Start of RECORDS PROVIDED
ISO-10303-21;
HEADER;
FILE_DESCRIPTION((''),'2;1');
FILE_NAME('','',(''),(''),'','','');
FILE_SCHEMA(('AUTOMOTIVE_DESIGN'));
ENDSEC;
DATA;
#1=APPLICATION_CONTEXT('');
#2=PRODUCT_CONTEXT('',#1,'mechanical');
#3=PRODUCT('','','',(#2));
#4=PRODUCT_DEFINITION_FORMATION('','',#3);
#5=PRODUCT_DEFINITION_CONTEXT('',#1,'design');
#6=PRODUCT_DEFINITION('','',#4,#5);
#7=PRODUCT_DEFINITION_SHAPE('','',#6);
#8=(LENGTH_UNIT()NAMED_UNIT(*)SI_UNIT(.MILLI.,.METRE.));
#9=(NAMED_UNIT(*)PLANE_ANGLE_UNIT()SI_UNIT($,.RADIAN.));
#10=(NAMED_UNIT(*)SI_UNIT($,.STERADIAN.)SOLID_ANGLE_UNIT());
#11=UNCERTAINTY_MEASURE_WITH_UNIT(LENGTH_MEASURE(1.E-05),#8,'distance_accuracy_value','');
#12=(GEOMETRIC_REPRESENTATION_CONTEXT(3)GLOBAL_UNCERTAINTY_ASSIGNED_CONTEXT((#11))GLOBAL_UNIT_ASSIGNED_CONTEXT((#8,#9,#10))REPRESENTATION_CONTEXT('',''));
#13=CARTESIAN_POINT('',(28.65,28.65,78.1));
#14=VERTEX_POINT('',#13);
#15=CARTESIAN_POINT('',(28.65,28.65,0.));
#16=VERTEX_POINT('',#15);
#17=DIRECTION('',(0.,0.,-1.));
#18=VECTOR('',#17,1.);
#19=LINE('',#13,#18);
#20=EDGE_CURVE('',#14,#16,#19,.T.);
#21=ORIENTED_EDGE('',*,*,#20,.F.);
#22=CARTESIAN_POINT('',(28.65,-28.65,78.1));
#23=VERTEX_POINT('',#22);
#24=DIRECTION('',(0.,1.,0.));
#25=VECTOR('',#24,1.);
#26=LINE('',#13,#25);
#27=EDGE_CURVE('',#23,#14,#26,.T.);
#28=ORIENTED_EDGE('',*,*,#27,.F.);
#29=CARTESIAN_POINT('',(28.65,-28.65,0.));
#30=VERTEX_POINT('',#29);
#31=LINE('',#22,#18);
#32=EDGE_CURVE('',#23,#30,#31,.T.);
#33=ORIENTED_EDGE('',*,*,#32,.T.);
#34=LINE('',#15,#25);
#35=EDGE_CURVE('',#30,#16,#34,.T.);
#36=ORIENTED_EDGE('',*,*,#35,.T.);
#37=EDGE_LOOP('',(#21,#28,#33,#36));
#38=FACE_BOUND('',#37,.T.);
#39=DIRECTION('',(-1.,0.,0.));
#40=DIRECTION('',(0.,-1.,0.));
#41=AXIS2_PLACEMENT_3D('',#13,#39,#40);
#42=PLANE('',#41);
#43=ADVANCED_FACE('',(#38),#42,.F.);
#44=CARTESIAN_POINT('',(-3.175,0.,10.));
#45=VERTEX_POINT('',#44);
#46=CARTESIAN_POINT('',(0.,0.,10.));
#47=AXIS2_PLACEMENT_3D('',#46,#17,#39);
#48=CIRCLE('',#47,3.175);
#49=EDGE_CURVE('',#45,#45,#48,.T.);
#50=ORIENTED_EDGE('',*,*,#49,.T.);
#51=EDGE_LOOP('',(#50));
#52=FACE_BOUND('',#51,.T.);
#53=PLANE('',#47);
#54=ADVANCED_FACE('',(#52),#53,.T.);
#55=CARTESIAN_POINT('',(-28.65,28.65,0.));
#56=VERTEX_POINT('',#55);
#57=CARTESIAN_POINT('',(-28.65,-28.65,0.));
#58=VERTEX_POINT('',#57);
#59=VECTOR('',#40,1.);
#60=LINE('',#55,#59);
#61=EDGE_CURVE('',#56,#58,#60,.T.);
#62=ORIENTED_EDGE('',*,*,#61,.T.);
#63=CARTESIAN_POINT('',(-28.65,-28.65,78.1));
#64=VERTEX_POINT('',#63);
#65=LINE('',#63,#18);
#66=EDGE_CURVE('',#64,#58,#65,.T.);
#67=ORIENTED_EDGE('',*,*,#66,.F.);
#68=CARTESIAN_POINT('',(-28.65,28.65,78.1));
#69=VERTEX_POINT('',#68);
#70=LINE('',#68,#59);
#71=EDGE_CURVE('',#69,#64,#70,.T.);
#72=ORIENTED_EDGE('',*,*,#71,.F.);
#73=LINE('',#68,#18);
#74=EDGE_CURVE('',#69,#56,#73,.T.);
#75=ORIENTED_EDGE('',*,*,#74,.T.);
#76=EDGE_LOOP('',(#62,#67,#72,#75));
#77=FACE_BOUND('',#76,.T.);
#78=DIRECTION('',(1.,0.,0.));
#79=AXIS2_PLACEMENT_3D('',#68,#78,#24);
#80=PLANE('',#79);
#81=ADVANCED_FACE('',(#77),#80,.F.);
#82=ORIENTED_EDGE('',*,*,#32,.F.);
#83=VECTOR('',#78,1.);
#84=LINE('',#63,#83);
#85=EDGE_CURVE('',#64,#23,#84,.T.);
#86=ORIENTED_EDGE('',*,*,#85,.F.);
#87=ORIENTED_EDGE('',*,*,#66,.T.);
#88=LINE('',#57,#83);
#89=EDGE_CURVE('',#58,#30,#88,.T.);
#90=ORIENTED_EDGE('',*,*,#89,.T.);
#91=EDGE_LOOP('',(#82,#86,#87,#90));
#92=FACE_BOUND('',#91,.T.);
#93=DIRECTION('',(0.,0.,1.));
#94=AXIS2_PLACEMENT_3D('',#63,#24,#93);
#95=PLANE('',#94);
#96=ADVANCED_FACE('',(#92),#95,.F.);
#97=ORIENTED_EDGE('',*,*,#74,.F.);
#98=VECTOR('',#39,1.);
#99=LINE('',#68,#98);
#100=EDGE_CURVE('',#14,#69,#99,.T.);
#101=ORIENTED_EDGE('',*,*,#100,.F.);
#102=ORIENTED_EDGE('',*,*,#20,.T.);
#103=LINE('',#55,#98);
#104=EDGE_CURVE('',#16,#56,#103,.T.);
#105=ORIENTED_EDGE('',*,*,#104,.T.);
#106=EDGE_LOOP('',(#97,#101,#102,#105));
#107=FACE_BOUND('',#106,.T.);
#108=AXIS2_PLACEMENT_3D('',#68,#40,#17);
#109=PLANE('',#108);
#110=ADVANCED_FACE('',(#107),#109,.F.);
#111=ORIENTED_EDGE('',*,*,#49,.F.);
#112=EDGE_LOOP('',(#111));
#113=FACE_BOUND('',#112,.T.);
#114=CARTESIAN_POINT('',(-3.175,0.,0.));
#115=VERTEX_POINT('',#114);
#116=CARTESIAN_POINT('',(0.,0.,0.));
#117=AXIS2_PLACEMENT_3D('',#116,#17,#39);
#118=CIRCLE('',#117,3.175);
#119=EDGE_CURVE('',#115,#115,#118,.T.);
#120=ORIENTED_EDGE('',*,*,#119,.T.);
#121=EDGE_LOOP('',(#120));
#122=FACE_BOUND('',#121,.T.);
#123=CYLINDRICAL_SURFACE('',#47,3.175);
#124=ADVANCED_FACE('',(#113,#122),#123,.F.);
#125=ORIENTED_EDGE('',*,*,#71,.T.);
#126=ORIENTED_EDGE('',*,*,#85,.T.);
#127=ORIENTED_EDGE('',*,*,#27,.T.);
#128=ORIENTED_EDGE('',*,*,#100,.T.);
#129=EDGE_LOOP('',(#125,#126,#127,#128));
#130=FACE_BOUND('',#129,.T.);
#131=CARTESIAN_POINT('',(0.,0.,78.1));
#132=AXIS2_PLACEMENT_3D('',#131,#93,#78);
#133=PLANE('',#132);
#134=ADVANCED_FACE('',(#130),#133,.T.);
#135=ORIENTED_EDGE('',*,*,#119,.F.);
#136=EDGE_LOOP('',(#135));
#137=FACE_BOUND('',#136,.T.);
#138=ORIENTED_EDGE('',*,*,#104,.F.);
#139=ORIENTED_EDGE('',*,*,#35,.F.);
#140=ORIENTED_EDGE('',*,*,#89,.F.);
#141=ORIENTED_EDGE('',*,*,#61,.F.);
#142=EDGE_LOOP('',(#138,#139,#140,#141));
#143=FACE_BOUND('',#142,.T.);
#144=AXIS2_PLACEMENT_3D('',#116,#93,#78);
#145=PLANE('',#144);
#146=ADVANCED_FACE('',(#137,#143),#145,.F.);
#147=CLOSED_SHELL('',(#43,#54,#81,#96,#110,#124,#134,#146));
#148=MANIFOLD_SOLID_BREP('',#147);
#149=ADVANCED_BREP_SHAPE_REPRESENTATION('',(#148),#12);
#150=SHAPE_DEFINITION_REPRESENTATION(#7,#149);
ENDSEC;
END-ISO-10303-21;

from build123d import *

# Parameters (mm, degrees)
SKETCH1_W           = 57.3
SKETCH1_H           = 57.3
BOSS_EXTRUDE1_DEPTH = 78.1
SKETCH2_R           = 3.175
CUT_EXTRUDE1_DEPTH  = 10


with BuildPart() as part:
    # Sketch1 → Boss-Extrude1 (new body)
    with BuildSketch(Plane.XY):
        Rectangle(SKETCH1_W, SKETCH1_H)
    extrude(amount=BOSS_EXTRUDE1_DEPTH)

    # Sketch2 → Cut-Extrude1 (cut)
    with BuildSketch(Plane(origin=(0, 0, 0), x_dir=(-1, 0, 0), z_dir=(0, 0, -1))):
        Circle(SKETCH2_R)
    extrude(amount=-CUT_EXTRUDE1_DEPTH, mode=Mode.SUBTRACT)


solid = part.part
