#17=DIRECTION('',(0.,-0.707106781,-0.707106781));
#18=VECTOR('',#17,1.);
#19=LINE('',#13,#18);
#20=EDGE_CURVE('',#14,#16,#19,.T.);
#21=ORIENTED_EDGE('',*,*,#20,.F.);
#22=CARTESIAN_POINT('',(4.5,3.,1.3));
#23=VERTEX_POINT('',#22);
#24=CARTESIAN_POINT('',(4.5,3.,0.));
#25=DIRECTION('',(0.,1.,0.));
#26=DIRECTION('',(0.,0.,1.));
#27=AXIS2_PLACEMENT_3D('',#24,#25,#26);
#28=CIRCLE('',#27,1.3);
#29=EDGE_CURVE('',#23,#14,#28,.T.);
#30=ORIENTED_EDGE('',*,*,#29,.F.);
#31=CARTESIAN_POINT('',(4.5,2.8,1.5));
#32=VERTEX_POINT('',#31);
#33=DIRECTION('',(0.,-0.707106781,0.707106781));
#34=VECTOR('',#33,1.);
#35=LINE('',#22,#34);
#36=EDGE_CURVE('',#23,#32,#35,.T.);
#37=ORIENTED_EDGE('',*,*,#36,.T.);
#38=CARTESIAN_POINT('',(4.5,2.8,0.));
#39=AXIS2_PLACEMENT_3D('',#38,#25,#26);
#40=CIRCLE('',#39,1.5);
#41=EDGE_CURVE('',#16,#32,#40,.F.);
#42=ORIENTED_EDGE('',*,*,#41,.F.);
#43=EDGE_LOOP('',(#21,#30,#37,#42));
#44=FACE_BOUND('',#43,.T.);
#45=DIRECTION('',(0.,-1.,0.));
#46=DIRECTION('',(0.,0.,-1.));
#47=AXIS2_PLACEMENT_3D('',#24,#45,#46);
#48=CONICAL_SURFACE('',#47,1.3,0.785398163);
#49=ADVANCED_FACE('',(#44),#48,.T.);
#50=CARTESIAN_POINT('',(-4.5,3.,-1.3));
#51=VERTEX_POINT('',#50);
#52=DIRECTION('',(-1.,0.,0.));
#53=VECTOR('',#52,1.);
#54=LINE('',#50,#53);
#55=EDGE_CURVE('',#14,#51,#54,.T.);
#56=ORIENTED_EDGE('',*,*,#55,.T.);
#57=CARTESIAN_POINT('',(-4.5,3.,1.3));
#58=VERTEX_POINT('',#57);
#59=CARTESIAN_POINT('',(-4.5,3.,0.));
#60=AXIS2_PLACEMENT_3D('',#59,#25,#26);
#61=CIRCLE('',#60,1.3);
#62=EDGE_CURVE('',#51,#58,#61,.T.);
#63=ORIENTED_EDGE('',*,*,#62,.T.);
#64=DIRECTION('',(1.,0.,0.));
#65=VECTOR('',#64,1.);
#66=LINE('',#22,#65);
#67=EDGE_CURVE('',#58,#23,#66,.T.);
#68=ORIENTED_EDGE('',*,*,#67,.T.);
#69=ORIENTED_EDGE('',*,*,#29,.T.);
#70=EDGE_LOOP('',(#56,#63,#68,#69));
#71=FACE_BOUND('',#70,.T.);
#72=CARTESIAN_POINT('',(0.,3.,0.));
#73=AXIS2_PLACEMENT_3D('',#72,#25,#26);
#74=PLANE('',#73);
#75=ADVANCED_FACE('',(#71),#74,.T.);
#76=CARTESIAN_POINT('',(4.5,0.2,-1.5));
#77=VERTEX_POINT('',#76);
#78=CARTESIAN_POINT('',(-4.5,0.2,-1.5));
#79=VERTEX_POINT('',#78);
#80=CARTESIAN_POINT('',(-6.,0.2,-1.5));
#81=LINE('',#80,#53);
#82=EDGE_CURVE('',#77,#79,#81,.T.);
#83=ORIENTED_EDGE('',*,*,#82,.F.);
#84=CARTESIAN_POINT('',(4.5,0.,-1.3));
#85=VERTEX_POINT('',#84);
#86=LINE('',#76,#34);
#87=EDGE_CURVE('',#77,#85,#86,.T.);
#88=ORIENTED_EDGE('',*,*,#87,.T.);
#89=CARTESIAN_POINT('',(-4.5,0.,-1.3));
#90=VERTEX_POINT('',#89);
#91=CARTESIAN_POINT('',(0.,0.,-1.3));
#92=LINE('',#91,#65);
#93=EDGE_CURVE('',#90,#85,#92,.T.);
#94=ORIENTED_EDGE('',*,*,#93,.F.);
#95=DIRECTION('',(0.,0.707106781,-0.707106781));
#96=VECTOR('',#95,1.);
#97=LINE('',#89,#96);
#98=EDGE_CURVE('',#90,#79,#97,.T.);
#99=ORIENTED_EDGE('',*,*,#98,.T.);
End of RECORDS PROVIDED
### YOUR ASSIGNMENT
Starting at the line that has "#30=ORIENTED_EDGE('',*,*,#29,.F.);" in the records above, restate word for word every line until the one that has "#87=EDGE_CURVE('',#77,#85,#86,.T.);", and include that one as well.

### YOUR SOLUTION
#30=ORIENTED_EDGE('',*,*,#29,.F.);
#31=CARTESIAN_POINT('',(4.5,2.8,1.5));
#32=VERTEX_POINT('',#31);
#33=DIRECTION('',(0.,-0.707106781,0.707106781));
#34=VECTOR('',#33,1.);
#35=LINE('',#22,#34);
#36=EDGE_CURVE('',#23,#32,#35,.T.);
#37=ORIENTED_EDGE('',*,*,#36,.T.);
#38=CARTESIAN_POINT('',(4.5,2.8,0.));
#39=AXIS2_PLACEMENT_3D('',#38,#25,#26);
#40=CIRCLE('',#39,1.5);
#41=EDGE_CURVE('',#16,#32,#40,.F.);
#42=ORIENTED_EDGE('',*,*,#41,.F.);
#43=EDGE_LOOP('',(#21,#30,#37,#42));
#44=FACE_BOUND('',#43,.T.);
#45=DIRECTION('',(0.,-1.,0.));
#46=DIRECTION('',(0.,0.,-1.));
#47=AXIS2_PLACEMENT_3D('',#24,#45,#46);
#48=CONICAL_SURFACE('',#47,1.3,0.785398163);
#49=ADVANCED_FACE('',(#44),#48,.T.);
#50=CARTESIAN_POINT('',(-4.5,3.,-1.3));
#51=VERTEX_POINT('',#50);
#52=DIRECTION('',(-1.,0.,0.));
#53=VECTOR('',#52,1.);
#54=LINE('',#50,#53);
#55=EDGE_CURVE('',#14,#51,#54,.T.);
#56=ORIENTED_EDGE('',*,*,#55,.T.);
#57=CARTESIAN_POINT('',(-4.5,3.,1.3));
#58=VERTEX_POINT('',#57);
#59=CARTESIAN_POINT('',(-4.5,3.,0.));
#60=AXIS2_PLACEMENT_3D('',#59,#25,#26);
#61=CIRCLE('',#60,1.3);
#62=EDGE_CURVE('',#51,#58,#61,.T.);
#63=ORIENTED_EDGE('',*,*,#62,.T.);
#64=DIRECTION('',(1.,0.,0.));
#65=VECTOR('',#64,1.);
#66=LINE('',#22,#65);
#67=EDGE_CURVE('',#58,#23,#66,.T.);
#68=ORIENTED_EDGE('',*,*,#67,.T.);
#69=ORIENTED_EDGE('',*,*,#29,.T.);
#70=EDGE_LOOP('',(#56,#63,#68,#69));
#71=FACE_BOUND('',#70,.T.);
#72=CARTESIAN_POINT('',(0.,3.,0.));
#73=AXIS2_PLACEMENT_3D('',#72,#25,#26);
#74=PLANE('',#73);
#75=ADVANCED_FACE('',(#71),#74,.T.);
#76=CARTESIAN_POINT('',(4.5,0.2,-1.5));
#77=VERTEX_POINT('',#76);
#78=CARTESIAN_POINT('',(-4.5,0.2,-1.5));
#79=VERTEX_POINT('',#78);
#80=CARTESIAN_POINT('',(-6.,0.2,-1.5));
#81=LINE('',#80,#53);
#82=EDGE_CURVE('',#77,#79,#81,.T.);
#83=ORIENTED_EDGE('',*,*,#82,.F.);
#84=CARTESIAN_POINT('',(4.5,0.,-1.3));
#85=VERTEX_POINT('',#84);
#86=LINE('',#76,#34);
#87=EDGE_CURVE('',#77,#85,#86,.T.);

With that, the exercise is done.